━━━━━ DATASET ENTRIES
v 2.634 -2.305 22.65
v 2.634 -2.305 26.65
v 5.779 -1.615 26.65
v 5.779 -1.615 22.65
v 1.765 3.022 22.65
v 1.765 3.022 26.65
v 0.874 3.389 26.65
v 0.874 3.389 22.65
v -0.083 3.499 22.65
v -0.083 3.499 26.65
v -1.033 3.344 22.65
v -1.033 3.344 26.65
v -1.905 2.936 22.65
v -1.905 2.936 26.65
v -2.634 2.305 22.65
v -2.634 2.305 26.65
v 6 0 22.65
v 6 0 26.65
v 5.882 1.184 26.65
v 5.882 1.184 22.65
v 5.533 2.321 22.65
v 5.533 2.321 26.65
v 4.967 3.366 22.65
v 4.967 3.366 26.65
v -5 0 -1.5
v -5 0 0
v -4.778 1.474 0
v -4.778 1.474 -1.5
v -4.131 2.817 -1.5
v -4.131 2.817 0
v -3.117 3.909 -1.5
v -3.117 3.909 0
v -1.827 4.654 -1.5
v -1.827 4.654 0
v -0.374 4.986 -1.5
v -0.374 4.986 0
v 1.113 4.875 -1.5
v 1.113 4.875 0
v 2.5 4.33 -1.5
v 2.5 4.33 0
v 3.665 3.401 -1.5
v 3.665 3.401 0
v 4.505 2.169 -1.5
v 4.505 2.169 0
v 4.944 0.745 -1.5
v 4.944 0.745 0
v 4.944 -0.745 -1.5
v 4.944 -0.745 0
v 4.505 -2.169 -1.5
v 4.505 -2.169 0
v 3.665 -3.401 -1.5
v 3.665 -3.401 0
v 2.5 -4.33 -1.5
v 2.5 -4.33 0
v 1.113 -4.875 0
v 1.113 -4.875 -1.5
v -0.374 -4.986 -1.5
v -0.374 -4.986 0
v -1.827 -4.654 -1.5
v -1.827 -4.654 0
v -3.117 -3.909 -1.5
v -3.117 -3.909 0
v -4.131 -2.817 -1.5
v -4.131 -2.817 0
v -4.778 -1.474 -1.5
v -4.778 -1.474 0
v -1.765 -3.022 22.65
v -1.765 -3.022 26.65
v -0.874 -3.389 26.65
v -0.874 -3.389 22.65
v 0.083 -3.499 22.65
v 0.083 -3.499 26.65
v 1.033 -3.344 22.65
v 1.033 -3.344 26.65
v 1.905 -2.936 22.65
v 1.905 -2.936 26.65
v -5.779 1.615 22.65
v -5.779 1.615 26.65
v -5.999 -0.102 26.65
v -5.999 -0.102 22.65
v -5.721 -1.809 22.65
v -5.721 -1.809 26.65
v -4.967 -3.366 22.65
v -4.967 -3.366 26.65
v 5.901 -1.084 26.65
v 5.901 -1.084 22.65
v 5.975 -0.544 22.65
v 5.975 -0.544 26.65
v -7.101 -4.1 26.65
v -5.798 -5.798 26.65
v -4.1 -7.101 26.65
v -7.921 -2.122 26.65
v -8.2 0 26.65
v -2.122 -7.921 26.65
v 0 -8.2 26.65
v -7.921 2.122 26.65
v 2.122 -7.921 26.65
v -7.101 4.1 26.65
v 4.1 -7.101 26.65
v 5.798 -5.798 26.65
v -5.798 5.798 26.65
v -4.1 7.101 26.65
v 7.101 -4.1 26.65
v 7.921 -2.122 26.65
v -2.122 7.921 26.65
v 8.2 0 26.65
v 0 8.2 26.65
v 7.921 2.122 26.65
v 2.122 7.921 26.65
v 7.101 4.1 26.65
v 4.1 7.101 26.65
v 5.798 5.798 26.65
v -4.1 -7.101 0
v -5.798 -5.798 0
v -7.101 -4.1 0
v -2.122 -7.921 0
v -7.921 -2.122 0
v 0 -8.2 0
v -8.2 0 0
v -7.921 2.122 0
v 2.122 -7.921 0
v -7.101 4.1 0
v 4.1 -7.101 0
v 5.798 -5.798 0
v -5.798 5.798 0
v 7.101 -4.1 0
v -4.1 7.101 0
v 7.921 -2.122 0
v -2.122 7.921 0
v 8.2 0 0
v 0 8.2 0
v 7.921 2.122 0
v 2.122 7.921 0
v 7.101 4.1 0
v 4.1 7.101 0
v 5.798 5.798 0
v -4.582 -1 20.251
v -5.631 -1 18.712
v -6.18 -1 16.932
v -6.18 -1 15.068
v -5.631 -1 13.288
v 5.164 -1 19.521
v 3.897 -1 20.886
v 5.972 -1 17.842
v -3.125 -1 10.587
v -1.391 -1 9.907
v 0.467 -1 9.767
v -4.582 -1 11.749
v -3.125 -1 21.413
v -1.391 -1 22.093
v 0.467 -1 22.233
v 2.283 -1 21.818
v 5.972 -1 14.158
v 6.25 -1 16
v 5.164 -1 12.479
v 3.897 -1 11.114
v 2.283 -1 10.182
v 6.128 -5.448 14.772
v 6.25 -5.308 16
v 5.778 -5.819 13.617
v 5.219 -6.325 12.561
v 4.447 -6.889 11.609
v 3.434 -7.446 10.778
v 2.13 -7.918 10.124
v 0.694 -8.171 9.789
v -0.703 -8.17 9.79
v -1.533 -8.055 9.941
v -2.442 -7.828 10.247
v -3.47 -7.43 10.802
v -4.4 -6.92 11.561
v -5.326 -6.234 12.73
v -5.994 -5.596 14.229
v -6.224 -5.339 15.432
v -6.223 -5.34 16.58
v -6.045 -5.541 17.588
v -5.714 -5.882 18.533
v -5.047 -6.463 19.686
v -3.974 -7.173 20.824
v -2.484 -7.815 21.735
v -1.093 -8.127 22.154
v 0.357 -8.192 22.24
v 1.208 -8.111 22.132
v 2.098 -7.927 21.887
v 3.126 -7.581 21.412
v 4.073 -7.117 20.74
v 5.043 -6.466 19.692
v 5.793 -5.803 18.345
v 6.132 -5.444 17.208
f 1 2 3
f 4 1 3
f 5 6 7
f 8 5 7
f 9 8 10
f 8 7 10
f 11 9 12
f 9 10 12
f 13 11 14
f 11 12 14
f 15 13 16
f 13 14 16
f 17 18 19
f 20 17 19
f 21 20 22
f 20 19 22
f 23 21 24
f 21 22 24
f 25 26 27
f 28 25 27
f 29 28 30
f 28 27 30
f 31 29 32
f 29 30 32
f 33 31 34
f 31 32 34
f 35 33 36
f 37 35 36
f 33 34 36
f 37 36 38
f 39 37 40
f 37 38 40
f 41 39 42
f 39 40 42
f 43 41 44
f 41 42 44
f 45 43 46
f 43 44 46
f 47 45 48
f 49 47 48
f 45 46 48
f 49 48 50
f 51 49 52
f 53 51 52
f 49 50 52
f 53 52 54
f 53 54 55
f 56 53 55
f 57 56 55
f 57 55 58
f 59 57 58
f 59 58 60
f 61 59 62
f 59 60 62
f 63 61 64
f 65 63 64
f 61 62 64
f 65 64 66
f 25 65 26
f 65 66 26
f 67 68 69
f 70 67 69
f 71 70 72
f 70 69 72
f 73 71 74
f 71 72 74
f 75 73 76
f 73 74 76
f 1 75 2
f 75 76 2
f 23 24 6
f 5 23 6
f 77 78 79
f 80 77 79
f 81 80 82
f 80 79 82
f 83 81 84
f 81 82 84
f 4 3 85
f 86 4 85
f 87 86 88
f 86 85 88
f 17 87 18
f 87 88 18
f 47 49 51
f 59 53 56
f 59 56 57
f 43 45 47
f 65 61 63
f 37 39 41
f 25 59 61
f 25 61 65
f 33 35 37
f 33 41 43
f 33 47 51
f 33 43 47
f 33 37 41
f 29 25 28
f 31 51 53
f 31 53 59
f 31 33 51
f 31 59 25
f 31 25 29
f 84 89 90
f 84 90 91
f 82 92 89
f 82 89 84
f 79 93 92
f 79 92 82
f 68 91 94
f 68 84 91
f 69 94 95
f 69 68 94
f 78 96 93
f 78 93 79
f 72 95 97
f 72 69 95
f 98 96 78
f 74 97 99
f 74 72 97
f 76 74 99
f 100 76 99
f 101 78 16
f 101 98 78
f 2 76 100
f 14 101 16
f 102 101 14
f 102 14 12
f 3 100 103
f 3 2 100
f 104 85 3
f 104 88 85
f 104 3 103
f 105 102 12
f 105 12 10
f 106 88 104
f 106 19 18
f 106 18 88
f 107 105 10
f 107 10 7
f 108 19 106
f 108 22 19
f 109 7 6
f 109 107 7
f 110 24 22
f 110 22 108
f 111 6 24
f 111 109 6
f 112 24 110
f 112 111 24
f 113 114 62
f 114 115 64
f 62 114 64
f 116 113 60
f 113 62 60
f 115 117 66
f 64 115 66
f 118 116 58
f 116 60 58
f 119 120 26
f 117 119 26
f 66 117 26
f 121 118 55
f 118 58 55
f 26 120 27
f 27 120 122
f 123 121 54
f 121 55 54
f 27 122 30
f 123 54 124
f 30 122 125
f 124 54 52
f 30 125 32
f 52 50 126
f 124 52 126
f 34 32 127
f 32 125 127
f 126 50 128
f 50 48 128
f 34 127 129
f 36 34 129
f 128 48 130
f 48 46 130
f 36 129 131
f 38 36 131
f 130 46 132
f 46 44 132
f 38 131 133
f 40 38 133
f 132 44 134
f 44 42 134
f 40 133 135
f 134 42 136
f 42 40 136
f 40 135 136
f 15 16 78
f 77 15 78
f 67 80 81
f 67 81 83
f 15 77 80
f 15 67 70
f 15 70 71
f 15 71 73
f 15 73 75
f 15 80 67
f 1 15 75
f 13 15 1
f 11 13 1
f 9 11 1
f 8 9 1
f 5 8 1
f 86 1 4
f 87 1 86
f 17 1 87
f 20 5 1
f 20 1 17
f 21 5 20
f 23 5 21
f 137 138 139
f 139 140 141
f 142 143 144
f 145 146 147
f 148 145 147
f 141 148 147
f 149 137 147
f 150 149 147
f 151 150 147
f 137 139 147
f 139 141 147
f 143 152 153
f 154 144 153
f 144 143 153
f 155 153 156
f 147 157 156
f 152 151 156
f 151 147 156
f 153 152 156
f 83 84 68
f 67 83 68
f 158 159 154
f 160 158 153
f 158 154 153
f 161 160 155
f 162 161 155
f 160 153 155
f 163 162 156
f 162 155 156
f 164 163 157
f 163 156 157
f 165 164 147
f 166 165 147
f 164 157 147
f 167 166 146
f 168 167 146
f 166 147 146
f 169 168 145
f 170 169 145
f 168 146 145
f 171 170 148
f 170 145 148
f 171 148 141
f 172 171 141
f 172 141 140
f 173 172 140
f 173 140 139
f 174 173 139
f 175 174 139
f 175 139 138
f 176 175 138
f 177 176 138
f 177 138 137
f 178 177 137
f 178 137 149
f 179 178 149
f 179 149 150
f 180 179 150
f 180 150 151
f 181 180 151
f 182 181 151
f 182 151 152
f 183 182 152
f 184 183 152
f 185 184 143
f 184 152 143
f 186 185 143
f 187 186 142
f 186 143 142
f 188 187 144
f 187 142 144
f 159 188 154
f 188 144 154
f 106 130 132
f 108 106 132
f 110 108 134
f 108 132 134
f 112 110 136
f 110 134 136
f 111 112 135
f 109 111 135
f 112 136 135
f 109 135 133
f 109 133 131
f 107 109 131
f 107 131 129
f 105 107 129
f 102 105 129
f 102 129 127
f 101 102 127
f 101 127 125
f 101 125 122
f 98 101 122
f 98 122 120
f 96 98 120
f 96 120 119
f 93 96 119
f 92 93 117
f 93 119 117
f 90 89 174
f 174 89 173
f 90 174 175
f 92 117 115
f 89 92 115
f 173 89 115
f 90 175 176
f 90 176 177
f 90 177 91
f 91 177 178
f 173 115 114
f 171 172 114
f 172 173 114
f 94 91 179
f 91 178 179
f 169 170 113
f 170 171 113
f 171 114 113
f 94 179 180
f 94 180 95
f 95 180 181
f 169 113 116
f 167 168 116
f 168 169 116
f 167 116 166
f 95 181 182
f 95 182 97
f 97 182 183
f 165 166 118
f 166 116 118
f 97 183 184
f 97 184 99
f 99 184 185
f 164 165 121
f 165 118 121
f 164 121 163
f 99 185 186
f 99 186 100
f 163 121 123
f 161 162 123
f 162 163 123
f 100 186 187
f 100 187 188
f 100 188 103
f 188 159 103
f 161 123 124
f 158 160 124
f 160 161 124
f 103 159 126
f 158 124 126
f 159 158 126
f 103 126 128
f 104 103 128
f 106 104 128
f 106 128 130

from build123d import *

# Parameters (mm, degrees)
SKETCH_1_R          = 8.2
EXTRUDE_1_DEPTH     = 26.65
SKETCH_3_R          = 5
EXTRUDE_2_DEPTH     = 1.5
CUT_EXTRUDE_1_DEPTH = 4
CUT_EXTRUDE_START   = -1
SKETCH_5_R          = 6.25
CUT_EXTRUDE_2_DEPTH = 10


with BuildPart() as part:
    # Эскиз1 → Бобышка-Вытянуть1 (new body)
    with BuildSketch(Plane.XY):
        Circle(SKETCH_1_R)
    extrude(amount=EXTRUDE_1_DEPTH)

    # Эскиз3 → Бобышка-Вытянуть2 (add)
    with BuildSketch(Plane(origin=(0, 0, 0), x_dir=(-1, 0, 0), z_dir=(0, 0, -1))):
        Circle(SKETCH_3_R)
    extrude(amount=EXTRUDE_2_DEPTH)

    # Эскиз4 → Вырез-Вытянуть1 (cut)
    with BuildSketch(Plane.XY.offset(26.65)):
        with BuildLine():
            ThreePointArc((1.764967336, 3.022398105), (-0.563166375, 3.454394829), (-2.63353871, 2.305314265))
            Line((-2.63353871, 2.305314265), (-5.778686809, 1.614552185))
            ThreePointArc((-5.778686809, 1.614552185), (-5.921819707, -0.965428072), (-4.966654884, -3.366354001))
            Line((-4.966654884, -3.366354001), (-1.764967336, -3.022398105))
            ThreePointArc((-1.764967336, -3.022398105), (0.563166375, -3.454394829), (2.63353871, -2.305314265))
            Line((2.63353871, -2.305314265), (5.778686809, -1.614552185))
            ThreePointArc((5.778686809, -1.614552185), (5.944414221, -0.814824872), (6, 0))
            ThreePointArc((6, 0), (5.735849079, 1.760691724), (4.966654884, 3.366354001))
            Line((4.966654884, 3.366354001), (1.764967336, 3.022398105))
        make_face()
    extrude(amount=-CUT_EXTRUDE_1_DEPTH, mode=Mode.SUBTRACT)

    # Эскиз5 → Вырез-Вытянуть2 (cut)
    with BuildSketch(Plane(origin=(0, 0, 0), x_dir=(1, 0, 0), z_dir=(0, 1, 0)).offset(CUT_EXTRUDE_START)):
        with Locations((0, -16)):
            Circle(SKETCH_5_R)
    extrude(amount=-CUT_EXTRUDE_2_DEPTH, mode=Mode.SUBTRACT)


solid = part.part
━━━━━━━━━━
━━━━━ DATASET ENTRIES
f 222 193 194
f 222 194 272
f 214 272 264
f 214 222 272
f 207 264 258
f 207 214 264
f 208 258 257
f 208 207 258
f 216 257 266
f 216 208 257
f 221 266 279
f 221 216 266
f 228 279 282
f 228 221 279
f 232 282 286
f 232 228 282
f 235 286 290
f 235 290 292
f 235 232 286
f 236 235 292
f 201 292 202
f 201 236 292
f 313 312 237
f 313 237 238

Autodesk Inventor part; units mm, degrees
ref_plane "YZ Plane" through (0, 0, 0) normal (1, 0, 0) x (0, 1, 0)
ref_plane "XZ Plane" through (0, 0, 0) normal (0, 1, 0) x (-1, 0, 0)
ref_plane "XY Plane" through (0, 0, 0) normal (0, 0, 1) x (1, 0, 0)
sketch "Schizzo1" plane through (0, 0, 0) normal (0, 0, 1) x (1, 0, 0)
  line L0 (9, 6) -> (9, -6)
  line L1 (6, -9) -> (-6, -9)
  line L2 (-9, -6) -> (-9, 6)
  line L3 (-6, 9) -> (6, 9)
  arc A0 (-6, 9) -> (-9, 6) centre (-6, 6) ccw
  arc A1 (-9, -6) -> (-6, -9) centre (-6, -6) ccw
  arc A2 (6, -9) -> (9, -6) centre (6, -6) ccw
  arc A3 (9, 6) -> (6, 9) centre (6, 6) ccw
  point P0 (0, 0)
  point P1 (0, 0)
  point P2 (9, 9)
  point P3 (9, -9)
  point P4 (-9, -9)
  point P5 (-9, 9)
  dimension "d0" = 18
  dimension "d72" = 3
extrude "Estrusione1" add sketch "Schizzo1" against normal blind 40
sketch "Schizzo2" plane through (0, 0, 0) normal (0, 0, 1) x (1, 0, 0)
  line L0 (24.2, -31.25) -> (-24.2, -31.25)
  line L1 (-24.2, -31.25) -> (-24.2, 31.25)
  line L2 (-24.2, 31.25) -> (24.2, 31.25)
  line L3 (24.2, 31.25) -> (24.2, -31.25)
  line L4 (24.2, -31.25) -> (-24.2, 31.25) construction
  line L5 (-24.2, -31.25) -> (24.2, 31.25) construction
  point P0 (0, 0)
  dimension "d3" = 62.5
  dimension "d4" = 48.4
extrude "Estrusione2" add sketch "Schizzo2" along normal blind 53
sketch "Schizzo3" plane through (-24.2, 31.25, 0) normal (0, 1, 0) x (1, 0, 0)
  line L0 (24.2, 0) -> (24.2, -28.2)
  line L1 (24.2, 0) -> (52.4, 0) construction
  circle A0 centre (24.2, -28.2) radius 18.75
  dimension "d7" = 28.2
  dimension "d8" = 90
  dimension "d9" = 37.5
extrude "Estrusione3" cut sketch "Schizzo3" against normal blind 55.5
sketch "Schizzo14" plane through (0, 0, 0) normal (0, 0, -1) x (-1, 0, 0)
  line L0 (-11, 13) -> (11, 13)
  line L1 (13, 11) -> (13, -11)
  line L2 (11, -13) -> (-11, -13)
━━━━━━━━━━
━━━━━ DATASET ENTRIES
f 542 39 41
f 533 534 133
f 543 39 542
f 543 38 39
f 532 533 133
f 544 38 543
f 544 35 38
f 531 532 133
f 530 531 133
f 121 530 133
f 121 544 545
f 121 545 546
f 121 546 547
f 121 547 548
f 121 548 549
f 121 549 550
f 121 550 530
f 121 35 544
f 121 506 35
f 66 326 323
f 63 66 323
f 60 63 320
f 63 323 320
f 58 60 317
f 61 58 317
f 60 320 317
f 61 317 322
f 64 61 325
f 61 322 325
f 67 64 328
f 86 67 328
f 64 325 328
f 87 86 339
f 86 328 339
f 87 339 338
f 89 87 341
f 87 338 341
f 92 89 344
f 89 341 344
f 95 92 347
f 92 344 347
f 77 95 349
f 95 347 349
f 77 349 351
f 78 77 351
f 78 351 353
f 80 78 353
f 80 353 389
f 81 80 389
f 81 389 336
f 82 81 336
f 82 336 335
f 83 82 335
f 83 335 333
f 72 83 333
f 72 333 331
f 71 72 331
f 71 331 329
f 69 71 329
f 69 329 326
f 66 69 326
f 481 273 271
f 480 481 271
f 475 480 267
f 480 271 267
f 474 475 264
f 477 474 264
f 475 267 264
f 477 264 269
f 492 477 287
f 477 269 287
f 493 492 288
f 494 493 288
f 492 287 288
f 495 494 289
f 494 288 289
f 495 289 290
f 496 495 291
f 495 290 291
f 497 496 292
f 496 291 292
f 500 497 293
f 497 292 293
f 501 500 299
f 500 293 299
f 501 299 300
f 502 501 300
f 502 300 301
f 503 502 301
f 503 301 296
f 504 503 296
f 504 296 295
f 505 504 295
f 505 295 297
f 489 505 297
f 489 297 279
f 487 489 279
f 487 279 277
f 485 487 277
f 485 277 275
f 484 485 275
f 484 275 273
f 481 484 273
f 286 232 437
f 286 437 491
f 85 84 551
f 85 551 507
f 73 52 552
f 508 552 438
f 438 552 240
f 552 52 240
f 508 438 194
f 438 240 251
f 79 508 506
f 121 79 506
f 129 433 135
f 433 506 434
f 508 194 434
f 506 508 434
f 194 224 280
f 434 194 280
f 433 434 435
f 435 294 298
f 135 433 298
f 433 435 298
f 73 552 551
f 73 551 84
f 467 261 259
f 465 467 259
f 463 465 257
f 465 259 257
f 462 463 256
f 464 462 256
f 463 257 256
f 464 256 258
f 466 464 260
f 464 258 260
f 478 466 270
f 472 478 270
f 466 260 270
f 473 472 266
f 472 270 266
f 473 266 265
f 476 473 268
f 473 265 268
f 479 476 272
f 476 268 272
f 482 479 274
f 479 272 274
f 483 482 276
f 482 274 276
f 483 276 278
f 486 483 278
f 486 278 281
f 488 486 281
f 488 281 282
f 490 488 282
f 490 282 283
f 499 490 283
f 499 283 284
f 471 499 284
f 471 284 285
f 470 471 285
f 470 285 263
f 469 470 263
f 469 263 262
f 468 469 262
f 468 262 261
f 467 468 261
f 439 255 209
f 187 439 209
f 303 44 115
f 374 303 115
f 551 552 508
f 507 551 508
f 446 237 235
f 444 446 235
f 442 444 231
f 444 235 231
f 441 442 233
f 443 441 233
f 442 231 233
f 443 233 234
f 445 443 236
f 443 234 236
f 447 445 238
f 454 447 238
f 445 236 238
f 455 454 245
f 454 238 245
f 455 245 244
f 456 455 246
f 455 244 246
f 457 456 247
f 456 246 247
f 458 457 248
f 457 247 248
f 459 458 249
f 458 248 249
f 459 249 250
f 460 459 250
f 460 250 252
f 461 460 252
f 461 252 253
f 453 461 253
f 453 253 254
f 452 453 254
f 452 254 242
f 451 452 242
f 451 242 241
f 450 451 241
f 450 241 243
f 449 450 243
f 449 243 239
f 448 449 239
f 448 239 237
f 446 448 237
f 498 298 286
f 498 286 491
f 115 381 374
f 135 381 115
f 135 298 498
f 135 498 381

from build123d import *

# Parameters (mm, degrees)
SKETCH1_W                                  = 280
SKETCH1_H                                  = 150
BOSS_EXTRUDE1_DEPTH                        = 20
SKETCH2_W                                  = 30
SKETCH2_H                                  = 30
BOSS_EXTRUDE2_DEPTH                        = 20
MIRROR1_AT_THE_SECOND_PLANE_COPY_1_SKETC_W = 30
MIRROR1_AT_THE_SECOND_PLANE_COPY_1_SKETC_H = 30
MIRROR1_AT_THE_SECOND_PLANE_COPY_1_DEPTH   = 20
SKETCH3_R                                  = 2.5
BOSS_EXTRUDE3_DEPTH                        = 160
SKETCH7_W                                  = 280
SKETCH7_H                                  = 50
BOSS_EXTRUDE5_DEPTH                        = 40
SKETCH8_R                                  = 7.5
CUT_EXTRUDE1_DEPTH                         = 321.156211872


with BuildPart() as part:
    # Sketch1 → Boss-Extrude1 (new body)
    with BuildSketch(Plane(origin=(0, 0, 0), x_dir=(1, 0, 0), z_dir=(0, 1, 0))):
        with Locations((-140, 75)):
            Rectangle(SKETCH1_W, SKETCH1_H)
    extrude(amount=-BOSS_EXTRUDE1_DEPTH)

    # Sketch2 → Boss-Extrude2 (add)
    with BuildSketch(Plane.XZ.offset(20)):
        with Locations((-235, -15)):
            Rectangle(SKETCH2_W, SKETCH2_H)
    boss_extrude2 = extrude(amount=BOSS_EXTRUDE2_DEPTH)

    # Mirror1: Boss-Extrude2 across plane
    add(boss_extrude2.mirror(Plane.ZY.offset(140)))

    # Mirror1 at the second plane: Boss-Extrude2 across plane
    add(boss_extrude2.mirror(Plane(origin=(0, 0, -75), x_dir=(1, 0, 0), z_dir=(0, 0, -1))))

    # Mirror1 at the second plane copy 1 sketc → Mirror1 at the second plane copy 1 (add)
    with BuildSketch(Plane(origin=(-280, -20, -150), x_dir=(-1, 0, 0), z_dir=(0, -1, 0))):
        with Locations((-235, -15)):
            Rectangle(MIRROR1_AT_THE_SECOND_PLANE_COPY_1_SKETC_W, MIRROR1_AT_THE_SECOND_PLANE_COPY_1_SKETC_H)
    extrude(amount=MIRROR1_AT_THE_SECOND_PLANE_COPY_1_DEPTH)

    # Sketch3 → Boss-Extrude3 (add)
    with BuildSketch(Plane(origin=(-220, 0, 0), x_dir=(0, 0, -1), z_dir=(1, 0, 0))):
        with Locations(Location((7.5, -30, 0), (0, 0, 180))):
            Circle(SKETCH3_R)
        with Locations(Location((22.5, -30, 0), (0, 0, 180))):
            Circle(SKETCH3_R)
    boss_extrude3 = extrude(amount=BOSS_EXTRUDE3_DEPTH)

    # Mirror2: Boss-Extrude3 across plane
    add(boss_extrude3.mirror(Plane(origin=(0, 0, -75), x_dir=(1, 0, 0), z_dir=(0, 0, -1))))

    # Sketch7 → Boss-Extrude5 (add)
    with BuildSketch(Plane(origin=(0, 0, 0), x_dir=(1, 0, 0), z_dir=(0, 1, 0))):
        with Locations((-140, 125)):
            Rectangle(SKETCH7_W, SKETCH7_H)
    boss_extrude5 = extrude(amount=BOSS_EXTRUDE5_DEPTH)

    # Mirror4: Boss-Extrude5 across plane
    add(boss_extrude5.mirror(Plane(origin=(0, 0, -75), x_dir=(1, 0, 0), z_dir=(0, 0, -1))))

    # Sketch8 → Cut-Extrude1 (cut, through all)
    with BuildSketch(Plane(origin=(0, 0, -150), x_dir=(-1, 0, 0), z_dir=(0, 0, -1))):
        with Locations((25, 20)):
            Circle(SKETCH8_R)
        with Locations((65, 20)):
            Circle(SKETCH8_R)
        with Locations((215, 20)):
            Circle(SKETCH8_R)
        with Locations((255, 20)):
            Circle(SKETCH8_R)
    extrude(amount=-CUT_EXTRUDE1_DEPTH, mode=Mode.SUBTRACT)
━━━━━━━━━━
• TASK INSTRUCTIONS
Once you find the line with "v 2.634 -2.305 22.65" above, print it and every line after it up to and including the line with "v 5.901 -1.084 26.65", exactly as written and nothing else.

• WRITTEN RESPONSE
v 2.634 -2.305 22.65
v 2.634 -2.305 26.65
v 5.779 -1.615 26.65
v 5.779 -1.615 22.65
v 1.765 3.022 22.65
v 1.765 3.022 26.65
v 0.874 3.389 26.65
v 0.874 3.389 22.65
v -0.083 3.499 22.65
v -0.083 3.499 26.65
v -1.033 3.344 22.65
v -1.033 3.344 26.65
v -1.905 2.936 22.65
v -1.905 2.936 26.65
v -2.634 2.305 22.65
v -2.634 2.305 26.65
v 6 0 22.65
v 6 0 26.65
v 5.882 1.184 26.65
v 5.882 1.184 22.65
v 5.533 2.321 22.65
v 5.533 2.321 26.65
v 4.967 3.366 22.65
v 4.967 3.366 26.65
v -5 0 -1.5
v -5 0 0
v -4.778 1.474 0
v -4.778 1.474 -1.5
v -4.131 2.817 -1.5
v -4.131 2.817 0
v -3.117 3.909 -1.5
v -3.117 3.909 0
v -1.827 4.654 -1.5
v -1.827 4.654 0
v -0.374 4.986 -1.5
v -0.374 4.986 0
v 1.113 4.875 -1.5
v 1.113 4.875 0
v 2.5 4.33 -1.5
v 2.5 4.33 0
v 3.665 3.401 -1.5
v 3.665 3.401 0
v 4.505 2.169 -1.5
v 4.505 2.169 0
v 4.944 0.745 -1.5
v 4.944 0.745 0
v 4.944 -0.745 -1.5
v 4.944 -0.745 0
v 4.505 -2.169 -1.5
v 4.505 -2.169 0
v 3.665 -3.401 -1.5
v 3.665 -3.401 0
v 2.5 -4.33 -1.5
v 2.5 -4.33 0
v 1.113 -4.875 0
v 1.113 -4.875 -1.5
v -0.374 -4.986 -1.5
v -0.374 -4.986 0
v -1.827 -4.654 -1.5
v -1.827 -4.654 0
v -3.117 -3.909 -1.5
v -3.117 -3.909 0
v -4.131 -2.817 -1.5
v -4.131 -2.817 0
v -4.778 -1.474 -1.5
v -4.778 -1.474 0
v -1.765 -3.022 22.65
v -1.765 -3.022 26.65
v -0.874 -3.389 26.65
v -0.874 -3.389 22.65
v 0.083 -3.499 22.65
v 0.083 -3.499 26.65
v 1.033 -3.344 22.65
v 1.033 -3.344 26.65
v 1.905 -2.936 22.65
v 1.905 -2.936 26.65
v -5.779 1.615 22.65
v -5.779 1.615 26.65
v -5.999 -0.102 26.65
v -5.999 -0.102 22.65
v -5.721 -1.809 22.65
v -5.721 -1.809 26.65
v -4.967 -3.366 22.65
v -4.967 -3.366 26.65
v 5.901 -1.084 26.65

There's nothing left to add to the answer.